# sA wanting to work in India



## jui (Mar 6, 2012)

Hi all

I'm a south African Indian looking for Human Resource Management expat jobs in India preferably or the East in general. Kindly advise how I can go about this in a speedy fashion?

Your comments/insights much appreciated.

Thanks
J


----------



## Johanna (Apr 13, 2009)

jui said:


> Hi all
> 
> I'm a south African Indian looking for Human Resource Management expat jobs in India preferably or the East in general.

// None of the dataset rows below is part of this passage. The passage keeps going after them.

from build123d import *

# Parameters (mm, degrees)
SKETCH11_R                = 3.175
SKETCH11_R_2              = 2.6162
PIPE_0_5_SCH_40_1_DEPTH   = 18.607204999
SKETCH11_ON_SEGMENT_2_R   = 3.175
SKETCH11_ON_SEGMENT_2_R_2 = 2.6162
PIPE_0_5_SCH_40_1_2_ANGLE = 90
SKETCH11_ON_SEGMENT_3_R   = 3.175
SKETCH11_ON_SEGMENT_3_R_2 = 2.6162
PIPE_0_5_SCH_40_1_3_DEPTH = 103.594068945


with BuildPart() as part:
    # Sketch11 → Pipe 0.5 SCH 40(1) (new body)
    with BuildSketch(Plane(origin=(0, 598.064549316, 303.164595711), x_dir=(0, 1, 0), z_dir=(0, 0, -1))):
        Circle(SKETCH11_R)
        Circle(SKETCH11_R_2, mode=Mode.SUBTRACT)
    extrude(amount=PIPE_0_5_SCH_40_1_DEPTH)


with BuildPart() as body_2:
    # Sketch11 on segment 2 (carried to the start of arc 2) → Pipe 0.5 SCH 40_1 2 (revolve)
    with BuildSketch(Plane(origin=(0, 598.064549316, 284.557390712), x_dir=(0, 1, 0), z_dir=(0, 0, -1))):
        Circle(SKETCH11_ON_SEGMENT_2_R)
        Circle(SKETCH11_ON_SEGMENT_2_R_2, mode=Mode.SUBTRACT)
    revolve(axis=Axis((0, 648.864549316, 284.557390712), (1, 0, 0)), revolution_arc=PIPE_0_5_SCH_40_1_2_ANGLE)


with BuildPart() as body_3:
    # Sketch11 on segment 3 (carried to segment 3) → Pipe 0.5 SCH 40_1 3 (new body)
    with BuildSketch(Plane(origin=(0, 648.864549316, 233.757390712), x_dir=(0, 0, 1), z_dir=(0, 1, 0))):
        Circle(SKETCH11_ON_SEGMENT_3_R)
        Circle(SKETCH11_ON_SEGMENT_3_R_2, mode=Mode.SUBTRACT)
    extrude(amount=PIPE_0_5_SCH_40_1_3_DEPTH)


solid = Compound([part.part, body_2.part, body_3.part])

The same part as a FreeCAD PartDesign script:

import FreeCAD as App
import Part
import Sketcher
from FreeCAD import Vector
Q = App.Units.Quantity

doc = App.newDocument("Part")
body = doc.addObject("PartDesign::Body", "Body")

# Sketch on XY plane
sketch1 = doc.addObject("Sketcher::SketchObject", "Sketch")
body.addObject(sketch1)
sketch1.AttachmentSupport = (doc.XY_Plane, [""])
sketch1.MapMode = "FlatFace"
sketch1.AttachmentOffset = App.Placement(Vector(0, 0, 303.164596), App.Rotation())
sketch1.addGeometry([
    Part.Circle(Vector(0, 598.1, 0), Vector(0, 0, 1), 3.2),
    Part.Circle(Vector(0, 598.1, 0), Vector(0, 0, 1), 2.6),
], False)
sketch1.addConstraint([
    Sketcher.Constraint("Coincident", 1, 3, 0, 3),
    Sketcher.Constraint("PointOnObject", 0, 3, -2),
    Sketcher.Constraint("Diameter", 0, Q("0.25 in")),
    Sketcher.Constraint("Diameter", 1, Q("0.206 in")),
    Sketcher.Constraint("DistanceY", -1, 1, 0, 3, Q("598.064549 mm")),
])
pad1 = doc.addObject("PartDesign::Pad", "Pad")
body.addObject(pad1)
pad1.Profile = sketch1
pad1.Length = 18.607205
pad1.Reversed = True
body2 = doc.addObject("PartDesign::Body", "Body001")

# Sketch on XY plane
sketch2 = doc.addObject("Sketcher::SketchObject", "Sketch001")
body2.addObject(sketch2)
sketch2.AttachmentSupport = (doc.getObject("XY_Plane001"), [""])
sketch2.MapMode = "FlatFace"
sketch2.AttachmentOffset = App.Placement(Vector(0, 0, 284.557391), App.Rotation())
sketch2.addGeometry([
    Part.Circle(Vector(0, 598.1, 0), Vector(0, 0, 1), 3.2),
    Part.Circle(Vector(0, 598.1, 0), Vector(0, 0, 1), 2.6),
], False)
sketch2.addGeometry(Part.LineSegment(Vector(0, 648.9, 0), Vector(10, 648.9, 0)), True)  # axis
sketch2.addConstraint([
    Sketcher.Constraint("Horizontal", 2),
    Sketcher.Constraint("Coincident", 1, 3, 0, 3),
    Sketcher.Constraint("PointOnObject", 0, 3, -2),
    Sketcher.Constraint("PointOnObject", 2, 1, -2),
    Sketcher.Constraint("Diameter", 0, Q("0.25 in")),
    Sketcher.Constraint("Diameter", 1, Q("0.206 in")),
    Sketcher.Constraint("DistanceY", 0, 3, 2, 1, Q("2 in")),
    Sketcher.Constraint("DistanceX", 2, 1, 2, 2, Q("10 mm")),
    Sketcher.Constraint("DistanceY", -1, 1, 0, 3, Q("598.064549 mm")),
])
revolution = doc.addObject("PartDesign::Revolution", "Revolution")
body2.addObject(revolution)
revolution.Profile = sketch2
revolution.ReferenceAxis = (sketch2, ["Axis0"])
revolution.Angle = 90
body3 = doc.addObject("PartDesign::Body", "Body002")

# Sketch on XZ plane
sketch3 = doc.addObject("Sketcher::SketchObject", "Sketch002")
body3.addObject(sketch3)
sketch3.AttachmentSupport = (doc.getObject("XZ_Plane002"), [""])
sketch3.MapMode = "FlatFace"
sketch3.AttachmentOffset = App.Placement(Vector(0, 0, -648.864549), App.Rotation())
sketch3.addGeometry([
    Part.Circle(Vector(0, 233.8, 0), Vector(0, 0, 1), 3.2),
    Part.Circle(Vector(0, 233.8, 0), Vector(0, 0, 1), 2.6),
], False)
sketch3.addConstraint([
    Sketcher.Constraint("Coincident", 1, 3, 0, 3),
    Sketcher.Constraint("PointOnObject", 0, 3, -2),
    Sketcher.Constraint("Diameter", 0, Q("0.25 in")),
    Sketcher.Constraint("Diameter", 1, Q("0.206 in")),
    Sketcher.Constraint("DistanceY", -1, 1, 0, 3, Q("233.757391 mm")),
])
pad2 = doc.addObject("PartDesign::Pad", "Pad001")
body3.addObject(pad2)
pad2.Profile = sketch3
pad2.Length = 103.594069
pad2.Reversed = True

doc.recompute()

Kindly advise how I can go about this in a speedy fashion?
> 
> ...


Would it not be better to post this on the India thread?


----------



## Johanna (Apr 13, 2009)

jui said:


> Hi all
> 
> I'm a south African Indian looking for Human Resource Management expat jobs in India preferably or the East in general. Kindly advise how I can go about this in a speedy fashion?
> 
> ...


Would it not be better to post this on the Asia thread?


----------



## Johanna (Apr 13, 2009)

India Expat Forum for Expats Living in India - Expat Forum For People Moving Overseas And Living Abroad


----------



## jui (Mar 6, 2012)

Johanna said:


> Would it not be better to post this on the India thread?


Noted. Thanks


----------